** Opening PROVIDED DATA block **
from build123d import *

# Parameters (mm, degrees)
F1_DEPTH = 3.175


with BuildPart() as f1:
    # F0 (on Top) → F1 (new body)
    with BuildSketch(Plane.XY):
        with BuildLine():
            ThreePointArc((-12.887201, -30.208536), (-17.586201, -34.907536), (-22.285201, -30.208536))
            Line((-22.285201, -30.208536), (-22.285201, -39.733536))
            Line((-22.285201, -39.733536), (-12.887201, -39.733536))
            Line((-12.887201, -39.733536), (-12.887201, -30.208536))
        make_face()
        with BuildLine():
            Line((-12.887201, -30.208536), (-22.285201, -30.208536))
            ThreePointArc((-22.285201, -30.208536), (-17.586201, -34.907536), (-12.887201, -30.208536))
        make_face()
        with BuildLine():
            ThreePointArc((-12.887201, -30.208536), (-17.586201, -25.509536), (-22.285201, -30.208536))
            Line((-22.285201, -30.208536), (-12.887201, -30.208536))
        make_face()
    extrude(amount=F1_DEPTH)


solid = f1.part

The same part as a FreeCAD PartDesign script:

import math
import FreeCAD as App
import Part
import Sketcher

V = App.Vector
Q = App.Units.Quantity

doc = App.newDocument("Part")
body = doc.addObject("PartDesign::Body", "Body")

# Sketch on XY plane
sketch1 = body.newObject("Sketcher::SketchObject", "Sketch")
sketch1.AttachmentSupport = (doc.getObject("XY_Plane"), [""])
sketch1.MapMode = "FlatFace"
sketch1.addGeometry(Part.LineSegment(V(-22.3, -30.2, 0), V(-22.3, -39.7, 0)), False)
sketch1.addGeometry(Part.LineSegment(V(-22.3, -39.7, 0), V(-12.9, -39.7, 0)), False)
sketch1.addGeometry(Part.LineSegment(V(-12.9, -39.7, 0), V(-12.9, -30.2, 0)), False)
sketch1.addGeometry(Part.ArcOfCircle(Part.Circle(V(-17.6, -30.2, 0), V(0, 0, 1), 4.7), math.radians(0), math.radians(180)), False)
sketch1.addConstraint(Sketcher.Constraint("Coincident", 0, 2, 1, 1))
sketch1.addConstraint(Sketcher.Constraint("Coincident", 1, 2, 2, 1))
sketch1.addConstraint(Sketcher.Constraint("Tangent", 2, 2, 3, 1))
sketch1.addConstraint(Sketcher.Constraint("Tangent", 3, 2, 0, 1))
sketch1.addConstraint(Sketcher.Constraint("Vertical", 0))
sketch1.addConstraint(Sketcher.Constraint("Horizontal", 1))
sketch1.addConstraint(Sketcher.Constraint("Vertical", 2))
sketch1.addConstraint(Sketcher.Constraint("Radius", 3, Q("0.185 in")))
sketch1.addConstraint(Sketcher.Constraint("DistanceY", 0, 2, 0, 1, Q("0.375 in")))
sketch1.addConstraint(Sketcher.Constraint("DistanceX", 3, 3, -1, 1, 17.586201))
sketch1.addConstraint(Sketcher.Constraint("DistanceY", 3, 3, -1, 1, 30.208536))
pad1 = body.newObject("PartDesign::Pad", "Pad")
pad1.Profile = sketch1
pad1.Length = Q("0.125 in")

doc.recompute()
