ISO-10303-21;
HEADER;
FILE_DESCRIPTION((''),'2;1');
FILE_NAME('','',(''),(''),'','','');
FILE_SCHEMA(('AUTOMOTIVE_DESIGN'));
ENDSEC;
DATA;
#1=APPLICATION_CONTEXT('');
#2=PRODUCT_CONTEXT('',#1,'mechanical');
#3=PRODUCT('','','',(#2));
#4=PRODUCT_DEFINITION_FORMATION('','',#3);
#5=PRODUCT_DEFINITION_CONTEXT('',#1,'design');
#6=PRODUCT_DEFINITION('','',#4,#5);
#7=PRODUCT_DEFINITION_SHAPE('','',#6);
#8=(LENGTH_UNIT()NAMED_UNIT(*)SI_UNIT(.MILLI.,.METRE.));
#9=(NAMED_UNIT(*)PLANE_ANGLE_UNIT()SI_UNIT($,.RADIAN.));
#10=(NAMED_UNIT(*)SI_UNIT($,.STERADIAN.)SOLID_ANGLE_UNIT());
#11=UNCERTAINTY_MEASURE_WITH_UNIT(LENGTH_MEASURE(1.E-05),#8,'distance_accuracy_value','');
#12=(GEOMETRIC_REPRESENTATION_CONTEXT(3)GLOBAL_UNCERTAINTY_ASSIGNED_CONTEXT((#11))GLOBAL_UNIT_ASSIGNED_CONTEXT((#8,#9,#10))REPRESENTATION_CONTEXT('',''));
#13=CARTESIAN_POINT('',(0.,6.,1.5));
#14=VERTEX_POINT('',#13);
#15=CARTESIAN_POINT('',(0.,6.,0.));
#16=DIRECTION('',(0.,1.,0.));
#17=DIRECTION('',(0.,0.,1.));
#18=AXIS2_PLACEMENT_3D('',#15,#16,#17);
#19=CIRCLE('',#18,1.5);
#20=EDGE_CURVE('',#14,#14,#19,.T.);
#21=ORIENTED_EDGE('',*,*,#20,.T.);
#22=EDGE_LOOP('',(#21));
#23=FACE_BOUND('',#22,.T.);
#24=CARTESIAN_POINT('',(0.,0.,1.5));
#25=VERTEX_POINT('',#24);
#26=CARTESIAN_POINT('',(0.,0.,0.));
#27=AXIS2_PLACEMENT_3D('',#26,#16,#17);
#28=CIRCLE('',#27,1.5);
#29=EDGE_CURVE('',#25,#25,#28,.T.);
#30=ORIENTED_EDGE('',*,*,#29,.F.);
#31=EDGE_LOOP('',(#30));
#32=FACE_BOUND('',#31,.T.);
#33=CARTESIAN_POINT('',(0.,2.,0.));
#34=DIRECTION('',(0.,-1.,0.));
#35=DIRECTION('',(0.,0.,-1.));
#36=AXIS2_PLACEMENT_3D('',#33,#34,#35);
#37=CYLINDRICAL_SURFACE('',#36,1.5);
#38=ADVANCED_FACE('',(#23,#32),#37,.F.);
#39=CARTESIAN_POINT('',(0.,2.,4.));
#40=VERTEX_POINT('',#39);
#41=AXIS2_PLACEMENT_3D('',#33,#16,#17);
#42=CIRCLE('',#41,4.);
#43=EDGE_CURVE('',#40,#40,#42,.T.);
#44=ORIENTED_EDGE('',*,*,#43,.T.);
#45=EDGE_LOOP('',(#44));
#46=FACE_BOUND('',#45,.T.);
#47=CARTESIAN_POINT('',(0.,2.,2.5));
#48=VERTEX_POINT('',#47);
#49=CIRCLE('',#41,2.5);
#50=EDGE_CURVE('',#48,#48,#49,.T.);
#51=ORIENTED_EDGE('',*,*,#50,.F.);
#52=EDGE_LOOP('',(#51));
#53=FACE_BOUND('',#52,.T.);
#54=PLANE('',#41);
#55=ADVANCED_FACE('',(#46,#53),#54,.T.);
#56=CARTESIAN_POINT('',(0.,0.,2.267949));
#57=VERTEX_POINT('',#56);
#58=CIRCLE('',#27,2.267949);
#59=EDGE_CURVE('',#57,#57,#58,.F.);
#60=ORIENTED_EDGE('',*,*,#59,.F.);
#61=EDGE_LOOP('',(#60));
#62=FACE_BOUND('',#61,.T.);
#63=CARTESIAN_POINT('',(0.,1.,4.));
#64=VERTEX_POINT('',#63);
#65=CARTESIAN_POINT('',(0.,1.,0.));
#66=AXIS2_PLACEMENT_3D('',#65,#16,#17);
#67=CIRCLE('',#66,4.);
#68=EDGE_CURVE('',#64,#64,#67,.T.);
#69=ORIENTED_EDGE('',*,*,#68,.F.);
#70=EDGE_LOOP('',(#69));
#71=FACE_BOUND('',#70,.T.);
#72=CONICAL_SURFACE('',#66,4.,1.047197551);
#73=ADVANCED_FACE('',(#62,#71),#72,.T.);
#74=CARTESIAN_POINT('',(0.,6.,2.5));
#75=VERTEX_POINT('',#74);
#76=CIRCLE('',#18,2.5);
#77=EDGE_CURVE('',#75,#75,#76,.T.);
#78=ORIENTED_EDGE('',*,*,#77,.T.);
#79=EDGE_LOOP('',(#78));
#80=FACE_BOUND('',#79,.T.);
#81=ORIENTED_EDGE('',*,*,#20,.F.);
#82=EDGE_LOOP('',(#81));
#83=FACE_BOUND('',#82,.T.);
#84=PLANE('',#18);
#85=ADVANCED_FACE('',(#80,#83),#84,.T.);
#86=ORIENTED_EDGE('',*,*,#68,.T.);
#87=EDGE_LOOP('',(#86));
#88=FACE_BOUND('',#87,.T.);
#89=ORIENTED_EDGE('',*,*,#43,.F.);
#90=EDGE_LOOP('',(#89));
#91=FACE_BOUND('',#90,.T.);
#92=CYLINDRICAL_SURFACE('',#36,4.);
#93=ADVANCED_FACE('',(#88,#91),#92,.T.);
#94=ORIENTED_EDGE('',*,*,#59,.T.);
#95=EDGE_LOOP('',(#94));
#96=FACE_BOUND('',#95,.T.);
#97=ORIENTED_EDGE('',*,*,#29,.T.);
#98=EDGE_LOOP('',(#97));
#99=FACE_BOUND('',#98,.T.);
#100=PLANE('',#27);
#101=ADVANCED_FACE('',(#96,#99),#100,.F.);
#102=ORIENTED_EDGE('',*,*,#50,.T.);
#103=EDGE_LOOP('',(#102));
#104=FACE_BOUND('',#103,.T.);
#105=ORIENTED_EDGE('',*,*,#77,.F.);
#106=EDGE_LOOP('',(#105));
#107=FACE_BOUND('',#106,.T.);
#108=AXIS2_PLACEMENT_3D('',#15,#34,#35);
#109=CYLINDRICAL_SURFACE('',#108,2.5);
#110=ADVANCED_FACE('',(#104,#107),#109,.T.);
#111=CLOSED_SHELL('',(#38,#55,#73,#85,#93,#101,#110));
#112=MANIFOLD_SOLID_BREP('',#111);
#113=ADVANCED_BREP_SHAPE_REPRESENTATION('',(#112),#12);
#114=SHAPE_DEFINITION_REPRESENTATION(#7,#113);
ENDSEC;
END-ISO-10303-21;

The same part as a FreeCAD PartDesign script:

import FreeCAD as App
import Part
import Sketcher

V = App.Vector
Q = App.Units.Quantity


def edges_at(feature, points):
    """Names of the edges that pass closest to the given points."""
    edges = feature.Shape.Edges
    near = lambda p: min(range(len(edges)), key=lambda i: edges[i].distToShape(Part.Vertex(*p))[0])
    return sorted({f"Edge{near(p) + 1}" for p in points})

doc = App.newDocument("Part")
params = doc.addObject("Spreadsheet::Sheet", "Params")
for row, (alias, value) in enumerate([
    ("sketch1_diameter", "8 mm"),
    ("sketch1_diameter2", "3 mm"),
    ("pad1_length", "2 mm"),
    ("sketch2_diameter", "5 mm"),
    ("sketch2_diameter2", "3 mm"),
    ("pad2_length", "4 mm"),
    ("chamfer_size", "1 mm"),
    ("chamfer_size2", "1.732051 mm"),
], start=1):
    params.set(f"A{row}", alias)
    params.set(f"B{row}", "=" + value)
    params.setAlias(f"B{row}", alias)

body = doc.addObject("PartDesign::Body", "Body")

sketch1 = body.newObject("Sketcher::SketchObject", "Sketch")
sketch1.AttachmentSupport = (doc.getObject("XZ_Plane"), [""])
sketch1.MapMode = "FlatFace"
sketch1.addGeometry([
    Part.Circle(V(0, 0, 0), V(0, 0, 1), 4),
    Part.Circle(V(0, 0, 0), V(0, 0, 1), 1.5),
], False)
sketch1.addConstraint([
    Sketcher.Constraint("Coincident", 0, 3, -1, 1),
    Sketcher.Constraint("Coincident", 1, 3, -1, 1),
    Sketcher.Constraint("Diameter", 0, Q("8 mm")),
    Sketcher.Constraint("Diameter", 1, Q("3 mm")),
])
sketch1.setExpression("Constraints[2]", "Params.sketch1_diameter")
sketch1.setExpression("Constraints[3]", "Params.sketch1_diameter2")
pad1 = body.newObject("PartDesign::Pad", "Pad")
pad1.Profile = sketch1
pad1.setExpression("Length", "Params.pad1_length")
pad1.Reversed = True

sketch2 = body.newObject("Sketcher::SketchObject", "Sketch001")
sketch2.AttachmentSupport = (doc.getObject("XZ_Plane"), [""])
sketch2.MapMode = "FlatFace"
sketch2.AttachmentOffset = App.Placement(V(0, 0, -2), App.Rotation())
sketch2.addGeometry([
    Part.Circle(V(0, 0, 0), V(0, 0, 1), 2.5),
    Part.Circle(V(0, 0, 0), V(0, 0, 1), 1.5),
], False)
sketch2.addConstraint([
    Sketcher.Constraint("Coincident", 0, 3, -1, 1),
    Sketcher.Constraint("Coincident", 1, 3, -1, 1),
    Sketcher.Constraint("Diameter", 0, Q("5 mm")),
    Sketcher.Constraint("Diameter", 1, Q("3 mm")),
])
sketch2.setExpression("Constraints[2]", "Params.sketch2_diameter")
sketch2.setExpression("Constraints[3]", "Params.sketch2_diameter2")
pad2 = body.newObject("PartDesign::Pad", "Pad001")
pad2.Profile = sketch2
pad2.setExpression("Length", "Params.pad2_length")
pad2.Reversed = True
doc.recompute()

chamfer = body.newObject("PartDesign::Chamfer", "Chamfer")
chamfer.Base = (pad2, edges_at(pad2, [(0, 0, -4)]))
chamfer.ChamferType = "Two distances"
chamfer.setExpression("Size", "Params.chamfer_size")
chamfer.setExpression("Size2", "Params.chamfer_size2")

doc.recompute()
** Closing PROVIDED DATA block **
» **ACTIVITY**:
All lines above from the line with "#66=AXIS2_PLACEMENT_3D('',#65,#16,#17);" through the line with "#104=FACE_BOUND('',#103,.T.);", both included, are to be set down exactly, with nothing else.

» **RESPONSE**:
#66=AXIS2_PLACEMENT_3D('',#65,#16,#17);
#67=CIRCLE('',#66,4.);
#68=EDGE_CURVE('',#64,#64,#67,.T.);
#69=ORIENTED_EDGE('',*,*,#68,.F.);
#70=EDGE_LOOP('',(#69));
#71=FACE_BOUND('',#70,.T.);
#72=CONICAL_SURFACE('',#66,4.,1.047197551);
#73=ADVANCED_FACE('',(#62,#71),#72,.T.);
#74=CARTESIAN_POINT('',(0.,6.,2.5));
#75=VERTEX_POINT('',#74);
#76=CIRCLE('',#18,2.5);
#77=EDGE_CURVE('',#75,#75,#76,.T.);
#78=ORIENTED_EDGE('',*,*,#77,.T.);
#79=EDGE_LOOP('',(#78));
#80=FACE_BOUND('',#79,.T.);
#81=ORIENTED_EDGE('',*,*,#20,.F.);
#82=EDGE_LOOP('',(#81));
#83=FACE_BOUND('',#82,.T.);
#84=PLANE('',#18);
#85=ADVANCED_FACE('',(#80,#83),#84,.T.);
#86=ORIENTED_EDGE('',*,*,#68,.T.);
#87=EDGE_LOOP('',(#86));
#88=FACE_BOUND('',#87,.T.);
#89=ORIENTED_EDGE('',*,*,#43,.F.);
#90=EDGE_LOOP('',(#89));
#91=FACE_BOUND('',#90,.T.);
#92=CYLINDRICAL_SURFACE('',#36,4.);
#93=ADVANCED_FACE('',(#88,#91),#92,.T.);
#94=ORIENTED_EDGE('',*,*,#59,.T.);
#95=EDGE_LOOP('',(#94));
#96=FACE_BOUND('',#95,.T.);
#97=ORIENTED_EDGE('',*,*,#29,.T.);
#98=EDGE_LOOP('',(#97));
#99=FACE_BOUND('',#98,.T.);
#100=PLANE('',#27);
#101=ADVANCED_FACE('',(#96,#99),#100,.F.);
#102=ORIENTED_EDGE('',*,*,#50,.T.);
#103=EDGE_LOOP('',(#102));
#104=FACE_BOUND('',#103,.T.);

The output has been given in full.